よく欧米と日本では変化気質が違うなどと言われますが、
わたしの経験上、組織変革の臨界点については全く同じだと思います。
臨界点の考え方、ここ数年、ティッピング・ポイント・リーダーシップなどと言われています。

結果の共有よりも基準の共有

チェンジリーダーに必要なことは、判断結果を共有させることよりも、判断基準を共有すること。マトリックスで言えば、要素の共有ではなく、軸の共有が大切ということを物語るストーリーです。

欧米数カ国が参加したグローバルなローカライズプロジェクトでのことです。各国のそれぞれの特殊事情を考慮しつつも、英語初版仕様は変更はしない方針。でも、各国のいわゆるカスタマイズ要求は交錯し、仕様は膨らむばかり。なんとか自国の便宜を図って、いい物にしたいというのは世の常です。各国の特性や文化的習慣に至るまで、どうしてその要求が生まれたのかを何時間も互いに異文化の人たちに説明されます。

なんと、数えてみると、約700件の課題が宙に浮いていたのです。判断解決スピードよりも、新たな課題が生まれるスピードの方が早い!徐々にプロジェクトは混乱し、誰の目にも目標日付を死守するのが困難に思えてきました。

そこに、やってきたのが体格のいいコンサルタント。半日ほど黙って見ていたかと思うと、おもむろにホワイトボードの前に立って何やら書き始めます。それは、大きな十文字。

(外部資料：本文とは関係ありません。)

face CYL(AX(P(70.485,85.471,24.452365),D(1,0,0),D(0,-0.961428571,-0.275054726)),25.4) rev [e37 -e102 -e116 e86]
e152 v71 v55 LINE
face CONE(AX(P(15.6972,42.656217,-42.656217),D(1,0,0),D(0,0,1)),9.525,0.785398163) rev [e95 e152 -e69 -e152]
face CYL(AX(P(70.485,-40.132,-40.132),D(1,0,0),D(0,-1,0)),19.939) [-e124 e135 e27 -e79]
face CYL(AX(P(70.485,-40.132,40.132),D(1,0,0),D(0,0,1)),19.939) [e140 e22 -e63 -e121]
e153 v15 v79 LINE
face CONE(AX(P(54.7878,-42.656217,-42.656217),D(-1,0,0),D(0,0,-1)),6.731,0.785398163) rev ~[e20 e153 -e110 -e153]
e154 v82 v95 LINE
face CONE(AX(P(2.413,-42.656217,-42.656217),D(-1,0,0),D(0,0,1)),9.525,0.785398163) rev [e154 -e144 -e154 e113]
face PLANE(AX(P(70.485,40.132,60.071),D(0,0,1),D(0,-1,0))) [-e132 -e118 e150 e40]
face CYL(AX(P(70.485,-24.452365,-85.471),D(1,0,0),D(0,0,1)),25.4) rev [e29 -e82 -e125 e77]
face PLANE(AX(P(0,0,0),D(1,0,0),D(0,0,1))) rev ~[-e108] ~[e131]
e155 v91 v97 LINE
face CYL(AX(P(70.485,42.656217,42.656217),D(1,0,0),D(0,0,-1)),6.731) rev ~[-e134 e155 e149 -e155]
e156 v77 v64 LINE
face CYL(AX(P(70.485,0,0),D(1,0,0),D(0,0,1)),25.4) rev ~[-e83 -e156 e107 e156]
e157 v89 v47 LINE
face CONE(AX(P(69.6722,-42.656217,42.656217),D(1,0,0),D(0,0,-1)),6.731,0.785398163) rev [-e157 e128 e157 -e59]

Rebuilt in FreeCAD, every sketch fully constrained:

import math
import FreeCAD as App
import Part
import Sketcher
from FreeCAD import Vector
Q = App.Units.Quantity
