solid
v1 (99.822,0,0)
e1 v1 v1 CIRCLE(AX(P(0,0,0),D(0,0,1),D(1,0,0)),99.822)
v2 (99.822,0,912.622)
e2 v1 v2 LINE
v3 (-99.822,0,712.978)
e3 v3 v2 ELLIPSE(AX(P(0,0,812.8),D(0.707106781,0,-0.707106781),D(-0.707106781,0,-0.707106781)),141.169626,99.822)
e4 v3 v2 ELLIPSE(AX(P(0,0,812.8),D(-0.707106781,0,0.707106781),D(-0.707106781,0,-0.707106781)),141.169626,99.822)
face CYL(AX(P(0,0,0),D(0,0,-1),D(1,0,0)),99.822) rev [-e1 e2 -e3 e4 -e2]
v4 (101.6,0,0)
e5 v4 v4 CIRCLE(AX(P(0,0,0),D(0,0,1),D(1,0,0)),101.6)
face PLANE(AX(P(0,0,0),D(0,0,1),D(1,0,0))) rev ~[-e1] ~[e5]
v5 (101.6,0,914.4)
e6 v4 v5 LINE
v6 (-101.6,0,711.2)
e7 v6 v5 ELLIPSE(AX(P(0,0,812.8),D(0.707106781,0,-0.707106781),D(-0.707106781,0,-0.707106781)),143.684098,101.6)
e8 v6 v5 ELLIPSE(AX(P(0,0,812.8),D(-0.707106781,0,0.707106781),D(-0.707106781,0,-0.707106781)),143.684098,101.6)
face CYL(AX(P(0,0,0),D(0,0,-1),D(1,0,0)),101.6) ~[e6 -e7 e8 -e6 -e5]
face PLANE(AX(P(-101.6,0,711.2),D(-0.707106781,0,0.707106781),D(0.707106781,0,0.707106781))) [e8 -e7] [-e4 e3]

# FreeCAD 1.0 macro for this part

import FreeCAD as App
import Part
import Sketcher

V = App.Vector
Q = App.Units.Quantity


def add_polygon(sketch, points):
    """Adds a closed chain of lines whose ends are joined by coincident constraints."""
    first, n = sketch.GeometryCount, len(points)
    for a, b in zip(points, points[1:] + points[:1]):
        sketch.addGeometry(Part.LineSegment(App.Vector(*a, 0), App.Vector(*b, 0)), False)
    for i in range(n):
        sketch.addConstraint(Sketcher.Constraint("Coincident", first + i, 2, first + (i + 1) % n, 1))

doc = App.newDocument("Part")
body = doc.addObject("PartDesign::Body", "Body")

# Sketch on XY plane
sketch1 = body.newObject("Sketcher::SketchObject", "Sketch")
sketch1.AttachmentSupport = (doc.getObject("XY_Plane"), [""])
sketch1.MapMode = "FlatFace"
sketch1.addGeometry([
    Part.Circle(V(0, 0, 0), V(0, 0, 1), 102),
    Part.Circle(V(0, 0, 0), V(0, 0, 1), 100),
], False)
sketch1.addConstraint([
    Sketcher.Constraint("Coincident", 0, 3, -1, 1),
    Sketcher.Constraint("Coincident", 1, 3, -1, 1),
    Sketcher.Constraint("Diameter", 0, Q("8 in")),
    Sketcher.Constraint("Diameter", 1, Q("7.86 in")),
])
pad1 = body.newObject("PartDesign::Pad", "Pad")
pad1.Profile = sketch1
pad1.Length = Q("36 in")

# Sketch on XZ plane
sketch2 = body.newObject("Sketcher::SketchObject", "Sketch001")
sketch2.AttachmentSupport = (doc.getObject("XZ_Plane"), [""])
sketch2.MapMode = "FlatFace"
add_polygon(sketch2, [(102, 914), (-102, 914), (-102, 711)])  # lines 0-2
sketch2.addConstraint([
    Sketcher.Constraint("Horizontal", 0),
    Sketcher.Constraint("Vertical", 1),
    Sketcher.Constraint("Equal", 0, 1),
    Sketcher.Constraint("DistanceX", 0, 2, 0, 1, Q("8 in")),
    Sketcher.Constraint("DistanceX", 0, 2, -1, 1, Q("4 in")),
    Sketcher.Constraint("DistanceY", -1, 1, 0, 2, Q("36 in")),
])
pocket1 = body.newObject("PartDesign::Pocket", "Pocket")
pocket1.Profile = sketch2
pocket1.Type = "ThroughAll"
pocket1.Midplane = True

doc.recompute()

横軸にはE。つまり英語仕様を示すライン。縦軸にはT。つまりTIME(時間)です。あくまで最初の方針であった初版の仕様は超えないということを横軸で了解。そして残りは時間で切ってしまおうという考えです。

確かに、議論が進むにつれ当初のゴールが徐々に薄れていました。ですから、今一度ゴールに立ち戻り、それを判断基準として見直そうという考えには誰もが納得です。

残りの半日で、参加者全員がそのマトリックスに700件の課題をマッピングしていきました。互いに持っている特殊事情と思惑のある中で、その短時間に、判断<結果>ではなく、判断<基準>を共有し、
優先順位を明確にできたことは、実にお見事。と言うよりも、それまでどうやっても折り合えなかったのに、誰もが基準を共有している、ショッキングかつ不思議な感動を覚えました。

マトリックスが力を発揮する現場を目の当たりにした初めての経験でした。このときに使われたマトリックスは、今では少し姿を変えて、私自身、課題の優先順位付けマトリックスとして、コンサルティングでよく使っています。